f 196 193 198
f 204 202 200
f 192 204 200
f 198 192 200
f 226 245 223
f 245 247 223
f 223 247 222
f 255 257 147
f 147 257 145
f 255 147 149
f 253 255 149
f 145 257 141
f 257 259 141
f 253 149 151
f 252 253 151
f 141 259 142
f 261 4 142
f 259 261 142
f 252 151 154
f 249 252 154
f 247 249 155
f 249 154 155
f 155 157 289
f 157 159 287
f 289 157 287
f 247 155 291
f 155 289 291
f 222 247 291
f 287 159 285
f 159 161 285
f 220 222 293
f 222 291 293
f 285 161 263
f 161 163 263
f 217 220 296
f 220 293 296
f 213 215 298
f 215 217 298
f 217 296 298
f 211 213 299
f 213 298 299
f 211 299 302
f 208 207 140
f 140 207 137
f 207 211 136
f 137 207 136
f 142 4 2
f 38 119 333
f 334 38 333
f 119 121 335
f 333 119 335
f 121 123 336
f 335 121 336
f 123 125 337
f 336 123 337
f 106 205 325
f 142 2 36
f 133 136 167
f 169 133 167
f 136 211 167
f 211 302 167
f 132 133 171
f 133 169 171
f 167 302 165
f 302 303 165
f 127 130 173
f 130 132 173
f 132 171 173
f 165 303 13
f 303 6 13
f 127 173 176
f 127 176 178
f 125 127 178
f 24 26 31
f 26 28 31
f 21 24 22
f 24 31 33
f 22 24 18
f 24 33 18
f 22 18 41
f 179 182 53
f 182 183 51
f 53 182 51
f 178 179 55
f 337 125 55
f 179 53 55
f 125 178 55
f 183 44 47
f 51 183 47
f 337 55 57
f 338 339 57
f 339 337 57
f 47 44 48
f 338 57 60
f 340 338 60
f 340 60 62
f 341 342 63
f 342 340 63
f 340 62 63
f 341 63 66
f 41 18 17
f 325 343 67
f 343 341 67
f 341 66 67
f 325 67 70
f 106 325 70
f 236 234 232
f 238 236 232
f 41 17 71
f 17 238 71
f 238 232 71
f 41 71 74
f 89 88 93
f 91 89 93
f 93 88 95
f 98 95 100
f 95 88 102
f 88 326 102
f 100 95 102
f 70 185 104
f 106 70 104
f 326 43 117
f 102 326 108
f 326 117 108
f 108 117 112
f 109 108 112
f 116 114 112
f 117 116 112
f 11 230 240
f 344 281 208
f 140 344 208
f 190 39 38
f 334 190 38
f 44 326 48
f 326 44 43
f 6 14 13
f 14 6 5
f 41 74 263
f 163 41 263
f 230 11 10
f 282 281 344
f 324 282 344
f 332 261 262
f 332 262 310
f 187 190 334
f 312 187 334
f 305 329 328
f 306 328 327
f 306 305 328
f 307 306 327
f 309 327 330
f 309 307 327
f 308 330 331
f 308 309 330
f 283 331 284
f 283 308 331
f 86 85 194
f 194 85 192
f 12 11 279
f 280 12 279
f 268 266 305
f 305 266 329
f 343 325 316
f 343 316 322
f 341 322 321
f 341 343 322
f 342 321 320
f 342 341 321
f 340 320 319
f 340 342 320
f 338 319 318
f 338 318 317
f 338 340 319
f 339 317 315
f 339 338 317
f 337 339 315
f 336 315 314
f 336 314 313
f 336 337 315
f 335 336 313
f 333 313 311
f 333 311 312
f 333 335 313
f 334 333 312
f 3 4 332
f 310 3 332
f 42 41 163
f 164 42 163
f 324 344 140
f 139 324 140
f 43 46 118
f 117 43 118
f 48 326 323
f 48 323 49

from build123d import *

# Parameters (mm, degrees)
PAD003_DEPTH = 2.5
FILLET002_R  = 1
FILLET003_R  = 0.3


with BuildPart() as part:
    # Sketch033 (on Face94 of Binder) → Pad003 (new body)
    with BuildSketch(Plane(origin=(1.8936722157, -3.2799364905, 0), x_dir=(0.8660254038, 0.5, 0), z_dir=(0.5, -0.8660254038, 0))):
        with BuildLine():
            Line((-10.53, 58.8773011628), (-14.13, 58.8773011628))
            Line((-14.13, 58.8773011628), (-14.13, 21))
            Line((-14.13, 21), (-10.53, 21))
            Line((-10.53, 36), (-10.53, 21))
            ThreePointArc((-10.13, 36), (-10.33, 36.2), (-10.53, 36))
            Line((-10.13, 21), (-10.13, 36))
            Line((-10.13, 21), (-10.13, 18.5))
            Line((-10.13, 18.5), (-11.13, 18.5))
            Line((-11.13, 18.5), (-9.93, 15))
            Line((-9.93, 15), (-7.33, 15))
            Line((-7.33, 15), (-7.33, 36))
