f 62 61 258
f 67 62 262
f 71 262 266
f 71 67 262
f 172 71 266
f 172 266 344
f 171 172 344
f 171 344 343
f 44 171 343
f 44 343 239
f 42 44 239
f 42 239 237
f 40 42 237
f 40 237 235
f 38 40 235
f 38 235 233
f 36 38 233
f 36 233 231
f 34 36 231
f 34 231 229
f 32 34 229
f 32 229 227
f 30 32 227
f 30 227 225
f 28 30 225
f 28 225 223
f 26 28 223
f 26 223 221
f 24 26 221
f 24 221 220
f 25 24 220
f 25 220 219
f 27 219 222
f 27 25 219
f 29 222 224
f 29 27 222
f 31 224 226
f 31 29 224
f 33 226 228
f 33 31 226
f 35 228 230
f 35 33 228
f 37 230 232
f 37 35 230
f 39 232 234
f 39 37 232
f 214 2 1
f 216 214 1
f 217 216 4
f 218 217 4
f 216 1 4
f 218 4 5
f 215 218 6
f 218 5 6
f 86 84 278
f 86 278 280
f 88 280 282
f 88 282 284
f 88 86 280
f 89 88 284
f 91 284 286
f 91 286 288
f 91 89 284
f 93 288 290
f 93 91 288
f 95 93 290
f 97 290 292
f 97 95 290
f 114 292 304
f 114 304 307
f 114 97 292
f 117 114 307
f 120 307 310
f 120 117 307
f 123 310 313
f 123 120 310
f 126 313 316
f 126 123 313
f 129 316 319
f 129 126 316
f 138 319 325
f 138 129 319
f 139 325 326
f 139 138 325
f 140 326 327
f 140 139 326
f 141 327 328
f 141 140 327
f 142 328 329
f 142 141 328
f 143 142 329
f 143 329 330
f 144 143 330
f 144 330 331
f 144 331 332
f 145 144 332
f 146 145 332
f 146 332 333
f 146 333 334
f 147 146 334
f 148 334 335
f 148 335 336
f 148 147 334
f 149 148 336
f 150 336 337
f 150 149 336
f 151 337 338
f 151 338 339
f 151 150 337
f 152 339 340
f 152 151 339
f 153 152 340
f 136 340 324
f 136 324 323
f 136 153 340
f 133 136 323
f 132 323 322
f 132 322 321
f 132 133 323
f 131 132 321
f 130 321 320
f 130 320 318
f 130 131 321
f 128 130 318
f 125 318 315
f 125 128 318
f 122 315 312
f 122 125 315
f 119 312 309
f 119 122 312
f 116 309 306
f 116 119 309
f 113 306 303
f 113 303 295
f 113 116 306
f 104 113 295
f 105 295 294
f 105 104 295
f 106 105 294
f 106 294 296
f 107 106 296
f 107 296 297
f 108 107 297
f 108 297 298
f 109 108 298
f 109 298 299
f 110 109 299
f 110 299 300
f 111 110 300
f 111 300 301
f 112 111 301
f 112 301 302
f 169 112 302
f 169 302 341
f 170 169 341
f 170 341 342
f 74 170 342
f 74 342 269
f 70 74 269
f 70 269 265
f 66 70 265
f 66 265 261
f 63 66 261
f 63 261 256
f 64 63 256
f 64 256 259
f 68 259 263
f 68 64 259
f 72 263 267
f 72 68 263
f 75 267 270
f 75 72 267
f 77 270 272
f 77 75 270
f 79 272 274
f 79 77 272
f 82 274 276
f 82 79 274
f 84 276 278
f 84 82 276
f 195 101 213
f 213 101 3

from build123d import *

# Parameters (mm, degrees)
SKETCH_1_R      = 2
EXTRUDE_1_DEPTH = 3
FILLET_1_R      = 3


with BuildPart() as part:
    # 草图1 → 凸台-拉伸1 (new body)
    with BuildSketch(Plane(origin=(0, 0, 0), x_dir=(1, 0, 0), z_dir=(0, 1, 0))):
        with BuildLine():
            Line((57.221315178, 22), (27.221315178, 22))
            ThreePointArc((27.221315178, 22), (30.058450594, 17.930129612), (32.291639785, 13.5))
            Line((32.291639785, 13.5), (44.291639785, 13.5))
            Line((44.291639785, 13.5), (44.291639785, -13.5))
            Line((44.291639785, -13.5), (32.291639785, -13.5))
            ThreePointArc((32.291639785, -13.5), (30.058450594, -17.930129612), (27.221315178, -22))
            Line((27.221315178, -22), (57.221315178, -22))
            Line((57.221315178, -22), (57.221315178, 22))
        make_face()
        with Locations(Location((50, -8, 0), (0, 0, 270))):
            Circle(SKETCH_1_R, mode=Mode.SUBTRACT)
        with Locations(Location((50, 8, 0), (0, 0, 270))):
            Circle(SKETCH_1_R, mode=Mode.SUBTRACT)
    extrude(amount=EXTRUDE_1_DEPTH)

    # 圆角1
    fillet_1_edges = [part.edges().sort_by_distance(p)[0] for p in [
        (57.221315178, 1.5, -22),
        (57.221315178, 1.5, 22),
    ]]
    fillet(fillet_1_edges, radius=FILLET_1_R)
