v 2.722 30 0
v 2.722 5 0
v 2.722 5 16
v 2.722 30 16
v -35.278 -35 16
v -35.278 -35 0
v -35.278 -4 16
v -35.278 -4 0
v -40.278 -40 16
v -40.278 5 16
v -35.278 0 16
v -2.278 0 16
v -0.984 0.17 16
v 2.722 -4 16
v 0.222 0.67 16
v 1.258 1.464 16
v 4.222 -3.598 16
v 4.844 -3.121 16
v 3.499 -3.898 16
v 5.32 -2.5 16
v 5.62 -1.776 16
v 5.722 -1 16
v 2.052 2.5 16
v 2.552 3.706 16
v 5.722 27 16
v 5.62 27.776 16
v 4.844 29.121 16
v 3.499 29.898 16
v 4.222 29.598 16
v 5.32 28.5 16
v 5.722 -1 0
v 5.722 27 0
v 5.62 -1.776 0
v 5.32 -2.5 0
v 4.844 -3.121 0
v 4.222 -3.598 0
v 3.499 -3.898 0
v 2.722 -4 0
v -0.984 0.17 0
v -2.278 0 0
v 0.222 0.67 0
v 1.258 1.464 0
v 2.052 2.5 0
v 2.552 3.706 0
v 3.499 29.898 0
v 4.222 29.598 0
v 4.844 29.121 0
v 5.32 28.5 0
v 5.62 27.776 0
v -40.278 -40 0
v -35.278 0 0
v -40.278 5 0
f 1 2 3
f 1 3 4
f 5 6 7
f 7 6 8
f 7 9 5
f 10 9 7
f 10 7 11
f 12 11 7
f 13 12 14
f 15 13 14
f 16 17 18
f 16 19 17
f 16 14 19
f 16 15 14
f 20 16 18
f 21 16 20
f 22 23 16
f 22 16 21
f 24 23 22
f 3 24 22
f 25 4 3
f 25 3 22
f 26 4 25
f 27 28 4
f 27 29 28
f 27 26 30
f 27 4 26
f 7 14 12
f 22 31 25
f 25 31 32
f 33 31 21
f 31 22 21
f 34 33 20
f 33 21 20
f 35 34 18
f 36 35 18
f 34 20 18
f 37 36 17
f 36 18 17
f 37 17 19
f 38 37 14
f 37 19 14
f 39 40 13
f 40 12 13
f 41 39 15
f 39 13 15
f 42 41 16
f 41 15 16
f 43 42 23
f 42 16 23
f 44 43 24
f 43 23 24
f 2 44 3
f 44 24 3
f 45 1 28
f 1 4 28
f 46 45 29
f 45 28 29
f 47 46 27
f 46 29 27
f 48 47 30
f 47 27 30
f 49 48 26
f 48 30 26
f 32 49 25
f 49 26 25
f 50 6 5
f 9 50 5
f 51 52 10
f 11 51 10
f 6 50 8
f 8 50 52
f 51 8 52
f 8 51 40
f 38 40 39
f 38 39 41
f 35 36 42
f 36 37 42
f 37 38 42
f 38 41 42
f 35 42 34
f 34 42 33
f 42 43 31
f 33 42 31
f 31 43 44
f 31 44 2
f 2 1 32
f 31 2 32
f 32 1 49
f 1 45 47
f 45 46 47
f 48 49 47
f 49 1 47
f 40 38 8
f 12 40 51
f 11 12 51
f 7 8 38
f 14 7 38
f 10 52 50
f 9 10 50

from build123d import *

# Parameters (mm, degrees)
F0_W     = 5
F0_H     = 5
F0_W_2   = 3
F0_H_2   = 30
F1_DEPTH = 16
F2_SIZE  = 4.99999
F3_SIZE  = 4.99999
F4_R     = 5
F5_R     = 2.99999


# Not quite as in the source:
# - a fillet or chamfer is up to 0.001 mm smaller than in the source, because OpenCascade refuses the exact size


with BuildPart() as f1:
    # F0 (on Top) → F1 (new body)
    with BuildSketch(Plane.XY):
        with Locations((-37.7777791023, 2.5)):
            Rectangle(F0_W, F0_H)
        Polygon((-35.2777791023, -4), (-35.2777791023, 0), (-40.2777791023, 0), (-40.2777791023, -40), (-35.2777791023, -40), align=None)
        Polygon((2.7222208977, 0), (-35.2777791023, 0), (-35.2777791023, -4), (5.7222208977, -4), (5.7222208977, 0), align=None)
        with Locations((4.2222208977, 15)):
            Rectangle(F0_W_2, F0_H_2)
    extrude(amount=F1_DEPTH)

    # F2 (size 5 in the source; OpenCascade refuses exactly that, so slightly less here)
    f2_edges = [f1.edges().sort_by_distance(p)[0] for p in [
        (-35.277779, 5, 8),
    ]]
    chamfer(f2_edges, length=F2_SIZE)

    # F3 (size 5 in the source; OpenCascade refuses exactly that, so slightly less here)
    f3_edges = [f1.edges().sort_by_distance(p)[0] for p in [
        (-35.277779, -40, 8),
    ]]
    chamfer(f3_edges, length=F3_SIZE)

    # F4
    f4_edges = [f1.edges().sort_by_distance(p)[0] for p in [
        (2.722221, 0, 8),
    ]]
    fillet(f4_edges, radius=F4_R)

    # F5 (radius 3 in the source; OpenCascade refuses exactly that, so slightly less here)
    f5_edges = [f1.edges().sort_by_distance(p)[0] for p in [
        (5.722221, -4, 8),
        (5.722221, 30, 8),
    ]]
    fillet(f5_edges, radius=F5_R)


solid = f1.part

################

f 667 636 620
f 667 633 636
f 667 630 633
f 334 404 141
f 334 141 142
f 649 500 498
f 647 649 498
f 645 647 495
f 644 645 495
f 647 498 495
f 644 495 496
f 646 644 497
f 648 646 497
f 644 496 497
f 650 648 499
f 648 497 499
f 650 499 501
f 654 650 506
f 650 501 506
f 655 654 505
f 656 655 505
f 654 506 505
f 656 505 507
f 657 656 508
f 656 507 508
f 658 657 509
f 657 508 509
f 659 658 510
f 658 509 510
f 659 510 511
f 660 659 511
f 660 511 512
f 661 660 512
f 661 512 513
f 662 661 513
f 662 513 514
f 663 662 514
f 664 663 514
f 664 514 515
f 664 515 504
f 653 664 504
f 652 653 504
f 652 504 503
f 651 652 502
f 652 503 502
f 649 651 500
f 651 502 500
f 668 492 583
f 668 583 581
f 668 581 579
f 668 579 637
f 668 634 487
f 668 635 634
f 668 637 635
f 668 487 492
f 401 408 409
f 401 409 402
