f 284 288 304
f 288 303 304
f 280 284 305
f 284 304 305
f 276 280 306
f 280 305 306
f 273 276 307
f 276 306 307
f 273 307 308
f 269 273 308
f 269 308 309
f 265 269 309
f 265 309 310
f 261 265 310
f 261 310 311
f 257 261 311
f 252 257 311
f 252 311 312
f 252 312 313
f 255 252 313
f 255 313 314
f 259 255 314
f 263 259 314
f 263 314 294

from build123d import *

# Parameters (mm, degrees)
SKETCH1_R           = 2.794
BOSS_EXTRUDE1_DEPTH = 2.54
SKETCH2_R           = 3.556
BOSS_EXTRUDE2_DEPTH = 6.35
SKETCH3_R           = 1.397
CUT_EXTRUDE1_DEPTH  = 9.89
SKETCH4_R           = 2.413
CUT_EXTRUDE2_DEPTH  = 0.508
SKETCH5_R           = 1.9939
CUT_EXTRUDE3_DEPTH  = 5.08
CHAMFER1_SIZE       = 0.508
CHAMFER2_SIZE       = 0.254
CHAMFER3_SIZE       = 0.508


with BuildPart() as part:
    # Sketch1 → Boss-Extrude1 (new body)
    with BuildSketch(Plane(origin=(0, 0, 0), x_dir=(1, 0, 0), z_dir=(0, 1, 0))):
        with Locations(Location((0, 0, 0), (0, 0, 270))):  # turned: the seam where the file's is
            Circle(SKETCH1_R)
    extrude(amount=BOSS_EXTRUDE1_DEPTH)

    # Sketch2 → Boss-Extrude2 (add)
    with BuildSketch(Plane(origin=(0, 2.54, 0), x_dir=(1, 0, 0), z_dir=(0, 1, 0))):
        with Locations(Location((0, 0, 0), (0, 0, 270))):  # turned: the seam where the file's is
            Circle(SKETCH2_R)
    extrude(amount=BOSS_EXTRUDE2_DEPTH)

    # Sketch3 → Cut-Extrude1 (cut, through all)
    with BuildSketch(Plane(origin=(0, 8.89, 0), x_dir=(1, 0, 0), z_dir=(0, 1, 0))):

################

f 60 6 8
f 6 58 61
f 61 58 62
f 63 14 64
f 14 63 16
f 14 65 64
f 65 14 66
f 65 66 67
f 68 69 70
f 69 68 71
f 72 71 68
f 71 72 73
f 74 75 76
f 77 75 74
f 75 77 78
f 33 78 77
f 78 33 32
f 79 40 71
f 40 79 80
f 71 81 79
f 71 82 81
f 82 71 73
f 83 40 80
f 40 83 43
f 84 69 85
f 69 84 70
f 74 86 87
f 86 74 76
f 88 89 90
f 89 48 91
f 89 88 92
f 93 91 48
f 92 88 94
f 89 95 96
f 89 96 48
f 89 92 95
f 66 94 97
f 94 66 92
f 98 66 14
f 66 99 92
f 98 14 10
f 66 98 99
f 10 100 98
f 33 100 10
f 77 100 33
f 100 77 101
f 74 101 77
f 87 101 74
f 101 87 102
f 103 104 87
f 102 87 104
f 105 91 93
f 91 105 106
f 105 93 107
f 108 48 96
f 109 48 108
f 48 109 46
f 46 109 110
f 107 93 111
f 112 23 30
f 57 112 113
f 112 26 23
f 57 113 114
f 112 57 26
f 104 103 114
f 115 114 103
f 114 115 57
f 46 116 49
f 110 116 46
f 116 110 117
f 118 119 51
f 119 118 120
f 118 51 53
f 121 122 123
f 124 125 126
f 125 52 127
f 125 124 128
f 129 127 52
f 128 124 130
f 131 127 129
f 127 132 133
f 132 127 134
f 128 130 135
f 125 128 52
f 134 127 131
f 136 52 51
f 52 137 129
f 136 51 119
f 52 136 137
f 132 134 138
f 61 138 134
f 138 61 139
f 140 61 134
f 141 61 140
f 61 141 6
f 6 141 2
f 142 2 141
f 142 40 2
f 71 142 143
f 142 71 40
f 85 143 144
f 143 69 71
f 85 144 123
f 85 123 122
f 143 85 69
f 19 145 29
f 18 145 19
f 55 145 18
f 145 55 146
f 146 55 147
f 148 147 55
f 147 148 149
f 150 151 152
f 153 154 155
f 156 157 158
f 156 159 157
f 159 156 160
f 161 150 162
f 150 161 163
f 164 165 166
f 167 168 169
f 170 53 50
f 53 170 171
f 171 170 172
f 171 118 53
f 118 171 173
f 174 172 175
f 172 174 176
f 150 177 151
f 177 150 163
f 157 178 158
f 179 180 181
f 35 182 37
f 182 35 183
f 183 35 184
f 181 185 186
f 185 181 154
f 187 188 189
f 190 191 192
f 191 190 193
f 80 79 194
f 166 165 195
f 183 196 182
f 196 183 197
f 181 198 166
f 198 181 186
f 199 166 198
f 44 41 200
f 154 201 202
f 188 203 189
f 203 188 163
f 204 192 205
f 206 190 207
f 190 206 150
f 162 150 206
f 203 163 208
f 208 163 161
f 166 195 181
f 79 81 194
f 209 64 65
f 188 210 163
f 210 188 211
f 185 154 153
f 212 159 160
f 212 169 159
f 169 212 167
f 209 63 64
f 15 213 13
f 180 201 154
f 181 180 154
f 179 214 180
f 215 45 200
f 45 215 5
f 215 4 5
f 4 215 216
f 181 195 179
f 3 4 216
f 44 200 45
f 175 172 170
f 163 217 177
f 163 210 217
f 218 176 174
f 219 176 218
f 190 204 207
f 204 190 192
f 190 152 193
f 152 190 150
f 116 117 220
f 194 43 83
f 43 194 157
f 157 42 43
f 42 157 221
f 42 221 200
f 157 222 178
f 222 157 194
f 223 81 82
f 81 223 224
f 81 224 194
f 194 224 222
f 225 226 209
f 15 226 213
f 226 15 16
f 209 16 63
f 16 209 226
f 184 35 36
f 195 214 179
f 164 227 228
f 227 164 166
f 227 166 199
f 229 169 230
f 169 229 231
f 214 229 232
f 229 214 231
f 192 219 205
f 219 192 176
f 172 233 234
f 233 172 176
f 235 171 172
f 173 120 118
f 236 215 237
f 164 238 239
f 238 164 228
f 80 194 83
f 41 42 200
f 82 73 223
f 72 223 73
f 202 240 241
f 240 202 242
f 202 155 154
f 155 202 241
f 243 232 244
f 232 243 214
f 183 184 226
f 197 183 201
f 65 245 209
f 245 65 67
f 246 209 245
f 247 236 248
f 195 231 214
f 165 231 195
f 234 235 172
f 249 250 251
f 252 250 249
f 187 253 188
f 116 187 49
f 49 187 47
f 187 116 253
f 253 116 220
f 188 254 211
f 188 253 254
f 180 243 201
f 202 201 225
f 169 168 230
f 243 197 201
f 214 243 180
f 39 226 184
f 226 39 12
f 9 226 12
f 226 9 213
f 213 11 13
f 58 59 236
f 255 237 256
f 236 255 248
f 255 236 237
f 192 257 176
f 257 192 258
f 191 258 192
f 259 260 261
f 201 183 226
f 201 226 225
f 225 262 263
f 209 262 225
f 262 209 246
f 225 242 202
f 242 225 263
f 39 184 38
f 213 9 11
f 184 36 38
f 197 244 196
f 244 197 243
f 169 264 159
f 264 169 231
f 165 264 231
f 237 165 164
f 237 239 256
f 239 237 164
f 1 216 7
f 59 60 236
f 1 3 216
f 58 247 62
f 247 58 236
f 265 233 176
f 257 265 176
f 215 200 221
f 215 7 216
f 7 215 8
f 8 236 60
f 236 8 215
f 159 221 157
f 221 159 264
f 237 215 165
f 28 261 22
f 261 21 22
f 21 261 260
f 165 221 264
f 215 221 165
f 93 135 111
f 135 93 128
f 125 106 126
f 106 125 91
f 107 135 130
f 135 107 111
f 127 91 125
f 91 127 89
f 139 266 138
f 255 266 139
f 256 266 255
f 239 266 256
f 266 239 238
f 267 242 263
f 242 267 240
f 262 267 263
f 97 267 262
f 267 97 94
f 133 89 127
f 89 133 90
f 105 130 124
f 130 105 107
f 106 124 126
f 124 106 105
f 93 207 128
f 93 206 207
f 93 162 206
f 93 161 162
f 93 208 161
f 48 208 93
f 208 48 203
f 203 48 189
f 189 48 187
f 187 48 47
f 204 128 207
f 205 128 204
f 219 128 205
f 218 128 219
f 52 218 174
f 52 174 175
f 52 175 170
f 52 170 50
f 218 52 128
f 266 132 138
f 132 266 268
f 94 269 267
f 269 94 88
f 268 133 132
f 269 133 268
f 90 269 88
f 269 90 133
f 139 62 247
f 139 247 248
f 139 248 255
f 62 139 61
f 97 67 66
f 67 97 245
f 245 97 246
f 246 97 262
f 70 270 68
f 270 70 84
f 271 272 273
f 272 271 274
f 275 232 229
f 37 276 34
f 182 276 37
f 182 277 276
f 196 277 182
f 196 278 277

################

__Description of the task__.
Look through the entries and give the number of lines containing the word "origin". Add nothing else.

__Result of this task__.
5